The 20H 2FH of the RAM on the chip of the single-chip microcomputer, which is 16 bytes, can be addressed according to the "bits" of the precautionary light.
There are a total of 128 "bit addresses", which are 00h and 7fh.
For example, the bit address 4EH is the 6th bit of the "byte unit with a byte address of 29h".
A: The bit-addressing area is located between 20F and 2Fh in the data memory.

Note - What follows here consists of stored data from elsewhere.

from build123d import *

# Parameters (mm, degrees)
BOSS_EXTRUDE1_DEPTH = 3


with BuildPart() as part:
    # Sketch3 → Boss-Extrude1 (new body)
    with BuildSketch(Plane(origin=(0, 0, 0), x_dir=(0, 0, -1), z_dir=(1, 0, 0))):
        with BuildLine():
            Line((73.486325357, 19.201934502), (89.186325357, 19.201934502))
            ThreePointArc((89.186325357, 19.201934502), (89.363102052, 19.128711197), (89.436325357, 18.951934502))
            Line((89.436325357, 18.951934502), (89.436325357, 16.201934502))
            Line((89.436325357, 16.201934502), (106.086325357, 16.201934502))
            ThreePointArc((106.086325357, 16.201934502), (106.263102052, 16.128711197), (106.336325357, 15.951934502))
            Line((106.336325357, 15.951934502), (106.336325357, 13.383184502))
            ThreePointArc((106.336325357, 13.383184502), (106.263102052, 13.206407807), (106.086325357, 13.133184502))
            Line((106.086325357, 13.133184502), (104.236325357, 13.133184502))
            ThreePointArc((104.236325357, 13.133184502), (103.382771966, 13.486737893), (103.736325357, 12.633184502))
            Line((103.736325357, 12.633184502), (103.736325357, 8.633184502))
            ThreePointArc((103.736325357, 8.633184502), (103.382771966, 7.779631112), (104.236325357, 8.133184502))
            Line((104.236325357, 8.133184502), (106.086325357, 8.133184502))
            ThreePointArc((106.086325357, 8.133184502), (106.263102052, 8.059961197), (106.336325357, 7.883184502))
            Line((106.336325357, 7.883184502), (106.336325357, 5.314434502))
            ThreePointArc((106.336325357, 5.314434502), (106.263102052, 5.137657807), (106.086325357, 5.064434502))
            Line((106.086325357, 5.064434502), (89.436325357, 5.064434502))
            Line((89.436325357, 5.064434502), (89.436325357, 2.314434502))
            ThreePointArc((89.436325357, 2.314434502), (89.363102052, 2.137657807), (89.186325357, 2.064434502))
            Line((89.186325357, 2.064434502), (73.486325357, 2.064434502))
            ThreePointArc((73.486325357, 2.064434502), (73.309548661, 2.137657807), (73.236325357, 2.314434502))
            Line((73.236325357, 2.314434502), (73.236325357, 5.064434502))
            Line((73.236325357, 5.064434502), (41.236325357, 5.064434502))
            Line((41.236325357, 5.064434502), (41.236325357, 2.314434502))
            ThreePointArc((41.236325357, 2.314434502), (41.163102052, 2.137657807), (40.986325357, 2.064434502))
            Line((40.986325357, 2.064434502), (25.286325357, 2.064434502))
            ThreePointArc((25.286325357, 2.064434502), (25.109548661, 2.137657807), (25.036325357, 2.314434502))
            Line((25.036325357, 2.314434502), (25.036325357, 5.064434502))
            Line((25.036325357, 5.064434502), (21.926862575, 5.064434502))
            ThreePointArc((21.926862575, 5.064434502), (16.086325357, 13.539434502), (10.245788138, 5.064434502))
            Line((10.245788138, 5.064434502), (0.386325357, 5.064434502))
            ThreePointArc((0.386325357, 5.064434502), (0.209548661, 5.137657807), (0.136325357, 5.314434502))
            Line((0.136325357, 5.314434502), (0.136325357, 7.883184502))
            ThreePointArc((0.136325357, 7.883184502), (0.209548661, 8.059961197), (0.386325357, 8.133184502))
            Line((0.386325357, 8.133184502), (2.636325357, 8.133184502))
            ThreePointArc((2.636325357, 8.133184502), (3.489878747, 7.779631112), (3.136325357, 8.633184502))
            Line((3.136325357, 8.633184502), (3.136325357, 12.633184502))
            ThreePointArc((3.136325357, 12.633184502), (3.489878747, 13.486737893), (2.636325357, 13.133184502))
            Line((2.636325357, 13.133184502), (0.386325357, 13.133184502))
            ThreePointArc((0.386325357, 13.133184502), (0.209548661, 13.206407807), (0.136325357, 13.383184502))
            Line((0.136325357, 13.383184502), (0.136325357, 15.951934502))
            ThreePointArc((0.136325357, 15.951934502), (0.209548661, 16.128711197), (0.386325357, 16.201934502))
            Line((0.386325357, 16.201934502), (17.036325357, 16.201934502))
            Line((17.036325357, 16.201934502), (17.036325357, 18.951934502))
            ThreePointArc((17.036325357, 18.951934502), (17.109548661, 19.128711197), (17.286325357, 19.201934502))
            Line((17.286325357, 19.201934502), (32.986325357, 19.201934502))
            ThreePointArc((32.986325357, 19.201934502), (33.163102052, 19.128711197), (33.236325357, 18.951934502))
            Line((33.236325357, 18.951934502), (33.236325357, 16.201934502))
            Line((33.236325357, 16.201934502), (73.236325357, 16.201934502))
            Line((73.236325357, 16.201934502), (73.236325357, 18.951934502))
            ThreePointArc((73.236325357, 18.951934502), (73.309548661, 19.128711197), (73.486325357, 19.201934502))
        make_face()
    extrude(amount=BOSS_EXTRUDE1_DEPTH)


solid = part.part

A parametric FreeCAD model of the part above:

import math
import FreeCAD as App
import Part
import Sketcher

V = App.Vector

doc = App.newDocument("Part")
params = doc.addObject("Spreadsheet::Sheet", "Params")
for row, (alias, value) in enumerate([
    ("sketch1_radius", "0.5 mm"),
    ("sketch1_width", "4 mm"),
    ("sketch1_height", "40 mm"),
    ("sketch1_height2", "32 mm"),
    ("sketch1_radius2", "0.25 mm"),
    ("pad1_length", "3 mm"),
], start=1):
    params.set(f"A{row}", alias)
    params.set(f"B{row}", "=" + value)
    params.setAlias(f"B{row}", alias)

body = doc.addObject("PartDesign::Body", "Body")

sketch1 = body.newObject("Sketcher::SketchObject", "Sketch")
sketch1.AttachmentSupport = (doc.getObject("YZ_Plane"), [""])
sketch1.MapMode = "FlatFace"
sketch1.addGeometry(Part.LineSegment(V(19.2, -89.19, 0), V(19.2, -73.49, 0)), False)
sketch1.addGeometry(Part.ArcOfCircle(Part.Circle(V(18.95, -73.49, 0), V(0, 0, 1), 0.25), math.radians(0), math.radians(90)), False)
sketch1.addGeometry(Part.LineSegment(V(18.95, -73.24, 0), V(16.2, -73.24, 0)), False)
sketch1.addGeometry(Part.LineSegment(V(16.2, -73.24, 0), V(16.2, -33.24, 0)), False)
sketch1.addGeometry(Part.LineSegment(V(16.2, -33.24, 0), V(18.95, -33.24, 0)), False)
sketch1.addGeometry(Part.ArcOfCircle(Part.Circle(V(18.95, -32.99, 0), V(0, 0, 1), 0.25), math.radians(-90), math.radians(0)), False)
sketch1.addGeometry(Part.LineSegment(V(19.2, -32.99, 0), V(19.2, -17.29, 0)), False)
sketch1.addGeometry(Part.ArcOfCircle(Part.Circle(V(18.95, -17.29, 0), V(0, 0, 1), 0.25), math.radians(0), math.radians(90)), False)
sketch1.addGeometry(Part.LineSegment(V(18.95, -17.04, 0), V(16.2, -17.04, 0)), False)
sketch1.addGeometry(Part.LineSegment(V(16.2, -17.04, 0), V(16.2, -0.39, 0)), False)
sketch1.addGeometry(Part.ArcOfCircle(Part.Circle(V(15.95, -0.39, 0), V(0, 0, 1), 0.25), math.radians(0), math.radians(90)), False)
sketch1.addGeometry(Part.LineSegment(V(15.95, -0.14, 0), V(13.38, -0.14, 0)), False)
sketch1.addGeometry(Part.ArcOfCircle(Part.Circle(V(13.38, -0.39, 0), V(0, 0, 1), 0.25), math.radians(90), math.radians(180)), False)
sketch1.addGeometry(Part.LineSegment(V(13.13, -0.39, 0), V(13.13, -2.64, 0)), False)
sketch1.addGeometry(Part.ArcOfCircle(Part.Circle(V(13.13, -3.14, 0), V(0, 0, 1), 0.5), math.radians(180), math.radians(450)), False)
sketch1.addGeometry(Part.LineSegment(V(12.63, -3.14, 0), V(8.63, -3.14, 0)), False)
sketch1.addGeometry(Part.ArcOfCircle(Part.Circle(V(8.13, -3.14, 0), V(0, 0, 1), 0.5), math.radians(90), math.radians(360)), False)
sketch1.addGeometry(Part.LineSegment(V(8.13, -2.64, 0), V(8.13, -0.39, 0)), False)
sketch1.addGeometry(Part.ArcOfCircle(Part.Circle(V(7.88, -0.39, 0), V(0, 0, 1), 0.25), math.radians(0), math.radians(90)), False)
sketch1.addGeometry(Part.LineSegment(V(7.88, -0.14, 0), V(5.31, -0.14, 0)), False)
sketch1.addGeometry(Part.ArcOfCircle(Part.Circle(V(5.31, -0.39, 0), V(0, 0, 1), 0.25), math.radians(90), math.radians(180)), False)
sketch1.addGeometry(Part.LineSegment(V(5.06, -0.39, 0), V(5.06, -10.25, 0)), False)
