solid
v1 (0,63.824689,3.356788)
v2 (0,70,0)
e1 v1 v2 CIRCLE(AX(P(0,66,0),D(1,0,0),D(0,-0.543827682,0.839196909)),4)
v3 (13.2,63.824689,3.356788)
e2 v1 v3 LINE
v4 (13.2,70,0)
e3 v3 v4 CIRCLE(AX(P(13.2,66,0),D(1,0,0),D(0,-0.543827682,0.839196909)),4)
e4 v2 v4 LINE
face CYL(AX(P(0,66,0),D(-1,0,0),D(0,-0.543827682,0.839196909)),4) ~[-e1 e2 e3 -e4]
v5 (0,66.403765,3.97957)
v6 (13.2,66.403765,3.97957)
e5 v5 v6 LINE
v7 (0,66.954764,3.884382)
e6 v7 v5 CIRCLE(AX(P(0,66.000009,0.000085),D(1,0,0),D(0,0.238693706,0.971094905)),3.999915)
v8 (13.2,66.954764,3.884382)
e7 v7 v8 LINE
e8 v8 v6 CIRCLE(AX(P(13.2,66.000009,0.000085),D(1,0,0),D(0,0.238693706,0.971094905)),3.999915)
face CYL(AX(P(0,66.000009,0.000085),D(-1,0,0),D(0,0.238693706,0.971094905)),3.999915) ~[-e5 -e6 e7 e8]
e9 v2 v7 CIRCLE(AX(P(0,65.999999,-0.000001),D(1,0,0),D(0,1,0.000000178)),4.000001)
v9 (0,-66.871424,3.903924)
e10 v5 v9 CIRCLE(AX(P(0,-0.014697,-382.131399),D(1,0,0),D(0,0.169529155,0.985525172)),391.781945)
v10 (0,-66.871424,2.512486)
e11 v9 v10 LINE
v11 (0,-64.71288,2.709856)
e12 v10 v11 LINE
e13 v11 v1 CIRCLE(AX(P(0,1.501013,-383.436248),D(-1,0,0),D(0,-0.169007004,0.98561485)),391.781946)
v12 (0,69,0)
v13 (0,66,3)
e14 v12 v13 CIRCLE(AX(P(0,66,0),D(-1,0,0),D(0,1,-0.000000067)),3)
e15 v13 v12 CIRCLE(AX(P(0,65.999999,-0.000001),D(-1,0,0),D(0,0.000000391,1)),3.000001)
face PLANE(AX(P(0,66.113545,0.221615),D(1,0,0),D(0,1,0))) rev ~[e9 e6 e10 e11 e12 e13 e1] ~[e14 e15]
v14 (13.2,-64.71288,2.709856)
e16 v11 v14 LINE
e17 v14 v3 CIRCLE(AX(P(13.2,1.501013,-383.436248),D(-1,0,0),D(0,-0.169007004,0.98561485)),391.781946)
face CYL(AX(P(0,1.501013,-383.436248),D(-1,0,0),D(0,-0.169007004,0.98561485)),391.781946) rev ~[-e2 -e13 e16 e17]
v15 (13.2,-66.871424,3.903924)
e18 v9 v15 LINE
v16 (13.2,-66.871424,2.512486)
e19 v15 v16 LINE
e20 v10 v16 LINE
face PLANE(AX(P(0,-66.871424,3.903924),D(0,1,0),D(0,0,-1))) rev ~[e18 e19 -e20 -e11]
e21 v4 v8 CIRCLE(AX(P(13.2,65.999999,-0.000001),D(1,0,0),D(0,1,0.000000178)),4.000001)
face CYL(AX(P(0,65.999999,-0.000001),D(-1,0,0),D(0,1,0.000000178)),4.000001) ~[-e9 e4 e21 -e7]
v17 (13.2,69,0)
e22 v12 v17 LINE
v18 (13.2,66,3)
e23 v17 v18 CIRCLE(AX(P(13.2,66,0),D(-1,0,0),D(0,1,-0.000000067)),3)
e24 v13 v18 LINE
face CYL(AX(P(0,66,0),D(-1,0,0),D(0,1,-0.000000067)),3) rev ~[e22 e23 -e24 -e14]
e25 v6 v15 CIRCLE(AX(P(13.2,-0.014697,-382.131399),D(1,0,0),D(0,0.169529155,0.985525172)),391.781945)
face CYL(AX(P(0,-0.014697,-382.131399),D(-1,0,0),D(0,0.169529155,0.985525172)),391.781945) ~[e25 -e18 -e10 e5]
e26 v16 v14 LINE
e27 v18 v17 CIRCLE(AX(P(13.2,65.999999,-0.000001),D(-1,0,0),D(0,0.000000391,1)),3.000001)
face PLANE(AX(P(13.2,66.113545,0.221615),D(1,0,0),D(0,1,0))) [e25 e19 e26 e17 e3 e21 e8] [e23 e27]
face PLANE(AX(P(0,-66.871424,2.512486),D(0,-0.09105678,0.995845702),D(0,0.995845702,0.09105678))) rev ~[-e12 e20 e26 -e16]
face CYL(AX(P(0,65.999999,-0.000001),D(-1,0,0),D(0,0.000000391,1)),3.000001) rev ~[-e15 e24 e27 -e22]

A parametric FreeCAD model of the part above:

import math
import FreeCAD as App
import Part
import Sketcher
from FreeCAD import Vector

doc = App.newDocument("Part")
body = doc.addObject("PartDesign::Body", "Body")

sketch1 = doc.addObject("Sketcher::SketchObject", "Sketch")
body.addObject(sketch1)
sketch1.AttachmentSupport = (doc.YZ_Plane, [""])
sketch1.MapMode = "FlatFace"
sketch1.addGeometry([
    Part.ArcOfCircle(Part.Circle(Vector(66, 0, 0), Vector(0, 0, 1), 4), math.radians(122.944588), math.radians(359.999997)),
    Part.ArcOfCircle(Part.Circle(Vector(65.999999, -0.000001, 0), Vector(0, 0, 1), 4.000001), math.radians(0.00001), math.radians(76.190699)),
    Part.ArcOfCircle(Part.Circle(Vector(66.000009, 0.000085, 0), Vector(0, 0, 1), 3.999915), math.radians(76.190545), math.radians(84.206638)),
    Part.ArcOfCircle(Part.Circle(Vector(-0.014697, -382.131399, 0), Vector(0, 0, 1), 391.781945), math.radians(80.239556), math.radians(99.825486)),
    Part.LineSegment(Vector(-66.871424, 3.903924, 0), Vector(-66.871424, 2.512486, 0)),
    Part.LineSegment(Vector(-66.871424, 2.512486, 0), Vector(-64.71288, 2.709856, 0)),
    Part.ArcOfCircle(Part.Circle(Vector(1.501013, -383.436248, 0), Vector(0, 0, 1), 391.781946), math.radians(80.846647), math.radians(99.730089)),
    Part.ArcOfCircle(Part.Circle(Vector(65.999999, -0.000001, 0), Vector(0, 0, 1), 3.000001), math.radians(0.000022), math.radians(89.999978)),
    Part.ArcOfCircle(Part.Circle(Vector(66, 0, 0), Vector(0, 0, 1), 3), math.radians(90.000004), math.radians(359.999996)),
], False)
sketch1.addConstraint([
    Sketcher.Constraint("Tangent", 0, 2, 1, 1),
    Sketcher.Constraint("Coincident", 1, 2, 2, 1),
    Sketcher.Constraint("Coincident", 2, 2, 3, 1),
    Sketcher.Constraint("Coincident", 3, 2, 4, 1),
    Sketcher.Constraint("Coincident", 4, 2, 5, 1),
    Sketcher.Constraint("Coincident", 5, 2, 6, 2),
    Sketcher.Constraint("Coincident", 6, 1, 0, 1),
    Sketcher.Constraint("Tangent", 7, 1, 8, 2),
    Sketcher.Constraint("Coincident", 8, 1, 7, 2),
    Sketcher.Constraint("Vertical", 4),
    Sketcher.Constraint("Coincident", 7, 3, 0, 3),
    Sketcher.Constraint("Equal", 0, 1),
    Sketcher.Constraint("Equal", 3, 6),
    Sketcher.Constraint("PointOnObject", 0, 3, -1),
    Sketcher.Constraint("PointOnObject", 0, 2, -1),
    Sketcher.Constraint("PointOnObject", 7, 1, -1),
    Sketcher.Constraint("Vertical", 7, 3, 8, 1),
    Sketcher.Constraint("Radius", 0, 4.0),
    Sketcher.Constraint("Radius", 7, 3.000001),
    Sketcher.Constraint("DistanceX", -1, 1, 0, 3, 66.0),
    Sketcher.Constraint("Radius", 2, 3.999915),
    Sketcher.Constraint("Radius", 3, 391.781945),
    Sketcher.Constraint("DistanceX", 2, 2, 1, 2, 0.550999),
    Sketcher.Constraint("DistanceY", 3, 3, -1, 1, 382.131399),
    Sketcher.Constraint("Distance", 5, 2.167549),
    Sketcher.Constraint("DistanceY", 4, 2, 4, 1, 1.391438),
    Sketcher.Constraint("DistanceX", -1, 1, 2, 3, 66.000009),
    Sketcher.Constraint("DistanceY", 6, 3, -1, 1, 383.436248),
    Sketcher.Constraint("DistanceY", -1, 1, 1, 2, 3.884382),
    Sketcher.Constraint("DistanceX", 5, 2, -1, 1, 64.71288),
    Sketcher.Constraint("DistanceX", 3, 3, 6, 3, 1.51571),
])
pad1 = doc.addObject("PartDesign::Pad", "Pad")
body.addObject(pad1)
pad1.Profile = sketch1
pad1.Length = 13.2

doc.recompute()
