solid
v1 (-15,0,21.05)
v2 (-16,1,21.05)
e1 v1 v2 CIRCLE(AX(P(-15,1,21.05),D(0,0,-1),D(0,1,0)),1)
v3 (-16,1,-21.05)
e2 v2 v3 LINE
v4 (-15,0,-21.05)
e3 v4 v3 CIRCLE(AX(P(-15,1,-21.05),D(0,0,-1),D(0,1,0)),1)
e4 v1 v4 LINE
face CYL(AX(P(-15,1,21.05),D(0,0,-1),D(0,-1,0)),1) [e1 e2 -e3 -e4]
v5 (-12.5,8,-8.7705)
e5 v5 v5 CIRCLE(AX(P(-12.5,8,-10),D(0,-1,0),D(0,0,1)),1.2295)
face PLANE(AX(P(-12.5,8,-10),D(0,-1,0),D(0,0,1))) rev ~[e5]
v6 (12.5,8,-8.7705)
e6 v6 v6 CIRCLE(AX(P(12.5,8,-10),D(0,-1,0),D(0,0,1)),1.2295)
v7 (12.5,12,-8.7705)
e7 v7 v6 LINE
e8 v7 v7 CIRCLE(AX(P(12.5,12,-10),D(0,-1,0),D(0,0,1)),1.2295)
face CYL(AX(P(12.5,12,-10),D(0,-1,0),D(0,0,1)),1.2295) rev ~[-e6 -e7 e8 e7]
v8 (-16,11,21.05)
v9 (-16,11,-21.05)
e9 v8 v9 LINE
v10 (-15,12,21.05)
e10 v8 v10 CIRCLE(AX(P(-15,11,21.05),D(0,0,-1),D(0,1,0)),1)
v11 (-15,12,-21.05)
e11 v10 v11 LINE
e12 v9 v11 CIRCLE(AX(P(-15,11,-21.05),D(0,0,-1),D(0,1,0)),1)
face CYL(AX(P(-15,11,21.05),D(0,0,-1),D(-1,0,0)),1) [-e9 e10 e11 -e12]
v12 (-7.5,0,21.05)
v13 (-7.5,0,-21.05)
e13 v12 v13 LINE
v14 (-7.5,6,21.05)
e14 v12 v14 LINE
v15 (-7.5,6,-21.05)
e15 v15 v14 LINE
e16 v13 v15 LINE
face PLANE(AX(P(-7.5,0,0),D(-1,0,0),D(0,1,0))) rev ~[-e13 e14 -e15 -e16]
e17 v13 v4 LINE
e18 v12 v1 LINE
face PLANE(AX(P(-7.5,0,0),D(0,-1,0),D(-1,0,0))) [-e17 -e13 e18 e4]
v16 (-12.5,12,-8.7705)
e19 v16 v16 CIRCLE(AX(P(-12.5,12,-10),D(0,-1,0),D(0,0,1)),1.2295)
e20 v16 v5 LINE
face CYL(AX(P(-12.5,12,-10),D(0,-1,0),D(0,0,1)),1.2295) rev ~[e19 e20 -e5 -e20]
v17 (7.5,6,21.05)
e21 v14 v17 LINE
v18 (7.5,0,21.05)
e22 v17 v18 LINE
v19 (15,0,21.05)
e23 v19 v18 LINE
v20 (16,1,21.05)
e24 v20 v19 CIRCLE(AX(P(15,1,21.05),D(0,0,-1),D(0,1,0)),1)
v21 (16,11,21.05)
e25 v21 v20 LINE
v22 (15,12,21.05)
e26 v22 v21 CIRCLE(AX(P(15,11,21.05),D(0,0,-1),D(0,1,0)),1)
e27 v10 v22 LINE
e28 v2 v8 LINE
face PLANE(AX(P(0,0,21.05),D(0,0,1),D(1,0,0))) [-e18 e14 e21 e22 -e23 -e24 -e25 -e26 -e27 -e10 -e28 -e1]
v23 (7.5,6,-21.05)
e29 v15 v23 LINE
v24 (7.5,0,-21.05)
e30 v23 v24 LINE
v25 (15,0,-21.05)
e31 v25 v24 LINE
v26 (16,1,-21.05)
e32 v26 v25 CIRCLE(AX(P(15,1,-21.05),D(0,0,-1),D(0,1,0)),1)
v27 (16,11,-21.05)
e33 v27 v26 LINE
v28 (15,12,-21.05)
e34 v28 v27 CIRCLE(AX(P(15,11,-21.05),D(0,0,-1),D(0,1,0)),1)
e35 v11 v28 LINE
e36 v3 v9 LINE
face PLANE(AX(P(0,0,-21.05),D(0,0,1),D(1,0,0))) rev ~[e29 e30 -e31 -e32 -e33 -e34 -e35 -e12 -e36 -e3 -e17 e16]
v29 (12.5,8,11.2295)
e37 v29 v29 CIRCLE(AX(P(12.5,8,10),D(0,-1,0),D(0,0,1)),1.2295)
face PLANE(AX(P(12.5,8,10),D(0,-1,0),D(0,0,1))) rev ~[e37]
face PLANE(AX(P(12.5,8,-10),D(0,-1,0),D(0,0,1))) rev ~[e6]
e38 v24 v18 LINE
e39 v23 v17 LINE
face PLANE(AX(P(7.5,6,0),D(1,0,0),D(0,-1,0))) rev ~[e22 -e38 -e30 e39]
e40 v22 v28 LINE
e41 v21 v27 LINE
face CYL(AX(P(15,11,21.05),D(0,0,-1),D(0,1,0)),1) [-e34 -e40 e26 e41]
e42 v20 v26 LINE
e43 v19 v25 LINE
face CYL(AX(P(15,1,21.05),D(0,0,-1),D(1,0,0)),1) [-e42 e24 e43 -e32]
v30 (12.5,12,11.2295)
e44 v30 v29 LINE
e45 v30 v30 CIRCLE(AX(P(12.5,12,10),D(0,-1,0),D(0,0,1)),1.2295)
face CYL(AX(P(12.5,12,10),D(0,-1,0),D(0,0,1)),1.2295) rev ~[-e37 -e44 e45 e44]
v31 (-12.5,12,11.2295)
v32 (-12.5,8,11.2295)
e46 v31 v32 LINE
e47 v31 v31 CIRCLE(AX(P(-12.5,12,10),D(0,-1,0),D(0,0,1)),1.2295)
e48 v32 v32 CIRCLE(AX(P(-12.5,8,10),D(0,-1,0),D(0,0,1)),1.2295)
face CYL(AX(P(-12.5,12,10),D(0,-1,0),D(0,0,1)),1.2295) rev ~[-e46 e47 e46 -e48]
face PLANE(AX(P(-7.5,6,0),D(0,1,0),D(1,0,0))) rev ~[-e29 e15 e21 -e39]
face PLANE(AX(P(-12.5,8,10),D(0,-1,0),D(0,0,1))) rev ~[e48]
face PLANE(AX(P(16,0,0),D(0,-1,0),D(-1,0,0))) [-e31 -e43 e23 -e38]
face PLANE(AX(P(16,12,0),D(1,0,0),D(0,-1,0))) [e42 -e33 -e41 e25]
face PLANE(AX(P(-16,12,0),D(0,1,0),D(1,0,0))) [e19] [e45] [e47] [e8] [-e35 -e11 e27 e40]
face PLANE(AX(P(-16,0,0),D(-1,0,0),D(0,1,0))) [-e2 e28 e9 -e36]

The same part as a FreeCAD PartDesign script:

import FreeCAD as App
import Part
import Sketcher
from FreeCAD import Vector


def edges_at(feature, points):
    """Names of the edges that pass closest to the given points."""
    edges = feature.Shape.Edges
    near = lambda p: min(range(len(edges)), key=lambda i: edges[i].distToShape(Part.Vertex(*p))[0])
    return sorted({f"Edge{near(p) + 1}" for p in points})


def add_polygon(sketch, points):
    """Adds a closed chain of lines whose ends are joined by coincident constraints."""
    first, n = sketch.GeometryCount, len(points)
    for a, b in zip(points, points[1:] + points[:1]):
        sketch.addGeometry(Part.LineSegment(App.Vector(*a, 0), App.Vector(*b, 0)), False)
    for i in range(n):
        sketch.addConstraint(Sketcher.Constraint("Coincident", first + i, 2, first + (i + 1) % n, 1))

doc = App.newDocument("Part")
body = doc.addObject("PartDesign::Body", "Body")

sketch1 = body.newObject("Sketcher::SketchObject", "Sketch")
sketch1.AttachmentSupport = (doc.getObject("XY_Plane"), [""])
sketch1.MapMode = "FlatFace"
add_polygon(sketch1, [(-7.5, 0), (-7.5, 6), (7.5, 6), (7.5, 0), (16, 0), (16, 12), (-16, 12), (-16, 0)])
sketch1.addConstraint([
    Sketcher.Constraint("Vertical", 0),
    Sketcher.Constraint("Horizontal", 1),
    Sketcher.Constraint("Vertical", 2),
    Sketcher.Constraint("Horizontal", 3),
    Sketcher.Constraint("Vertical", 4),
    Sketcher.Constraint("Horizontal", 5),
    Sketcher.Constraint("Vertical", 6),
    Sketcher.Constraint("Horizontal", 7),
    Sketcher.Constraint("Symmetric", 3, 2, 6, 2, -1, 1),
    Sketcher.Constraint("Symmetric", 2, 2, 7, 2, -2),
    Sketcher.Constraint("DistanceX", 1, 1, 1, 2, 15.0),
    Sketcher.Constraint("DistanceX", 5, 2, 5, 1, 32.0),
    Sketcher.Constraint("DistanceY", 0, 1, 0, 2, 6.0),
    Sketcher.Constraint("DistanceY", 4, 1, 4, 2, 12.0),
])
pad1 = body.newObject("PartDesign::Pad", "Pad")
pad1.Profile = sketch1
pad1.Length = 42.1
pad1.Midplane = True

sketch2 = body.newObject("Sketcher::SketchObject", "Sketch001")
sketch2.AttachmentSupport = (doc.getObject("XZ_Plane"), [""])
sketch2.MapMode = "FlatFace"
sketch2.AttachmentOffset = App.Placement(Vector(0, 0, -12), App.Rotation())
sketch2.addGeometry([
    Part.Circle(Vector(-12.5, 10, 0), Vector(0, 0, 1), 1.2295),
    Part.Circle(Vector(12.5, 10, 0), Vector(0, 0, 1), 1.2295),
    Part.Circle(Vector(12.5, -10, 0), Vector(0, 0, 1), 1.2295),
    Part.Circle(Vector(-12.5, -10, 0), Vector(0, 0, 1), 1.2295),
], False)
sketch2.addConstraint([
    Sketcher.Constraint("Equal", 0, 1),
    Sketcher.Constraint("Equal", 1, 2),
    Sketcher.Constraint("Equal", 2, 3),
    Sketcher.Constraint("Symmetric", 0, 3, 2, 3, -1, 1),
    Sketcher.Constraint("Symmetric", 1, 3, 3, 3, -1, 1),
    Sketcher.Constraint("Symmetric", 0, 3, 1, 3, -2),
    Sketcher.Constraint("Diameter", 0, 2.459),
    Sketcher.Constraint("DistanceY", -1, 1, 0, 3, 10.0),
    Sketcher.Constraint("DistanceX", 0, 3, 1, 3, 25.0),
])
doc.recompute()
hole = body.newObject("PartDesign::Hole", "Hole")
hole.Profile = sketch2
hole.ThreadType = "None"
hole.Diameter = 2.459
hole.DepthType = "Dimension"
hole.Depth = 4
hole.DrillPoint = "Flat"
hole.Reversed = True
doc.recompute()

fillet = body.newObject("PartDesign::Fillet", "Fillet")
fillet.Base = (hole, edges_at(hole, [
    (16, 12, 0),
    (-16, 12, 0),
    (16, 0, 0),
    (-16, 0, 0),
]))
fillet.Radius = 1

doc.recompute()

The registers in this interval can be bit-addressed, and they can be bit-manipulated and bit-arithmetic. >>>More
It's as simple as letting the 8 LEDs controlled by the P1 port flash back and forth three times in sequence. >>>More
The serial port of 51 machine is below the low level, the high level is below 5V, the serial port of the PC is low level -12V, the high level is +12V, and the serial port communication between the 51 machine and the PC machine should add the level conversion IC >>>More
Ignoring the influence of temperature and other factors, the method of measuring voltage by series resistance can be directly adopted. >>>More
Just learn 51 first, the absolute entry-level, you can choose Guo Tianxiang's for the development board, it's been many years, the information is very complete, and then you can look at 32 or something.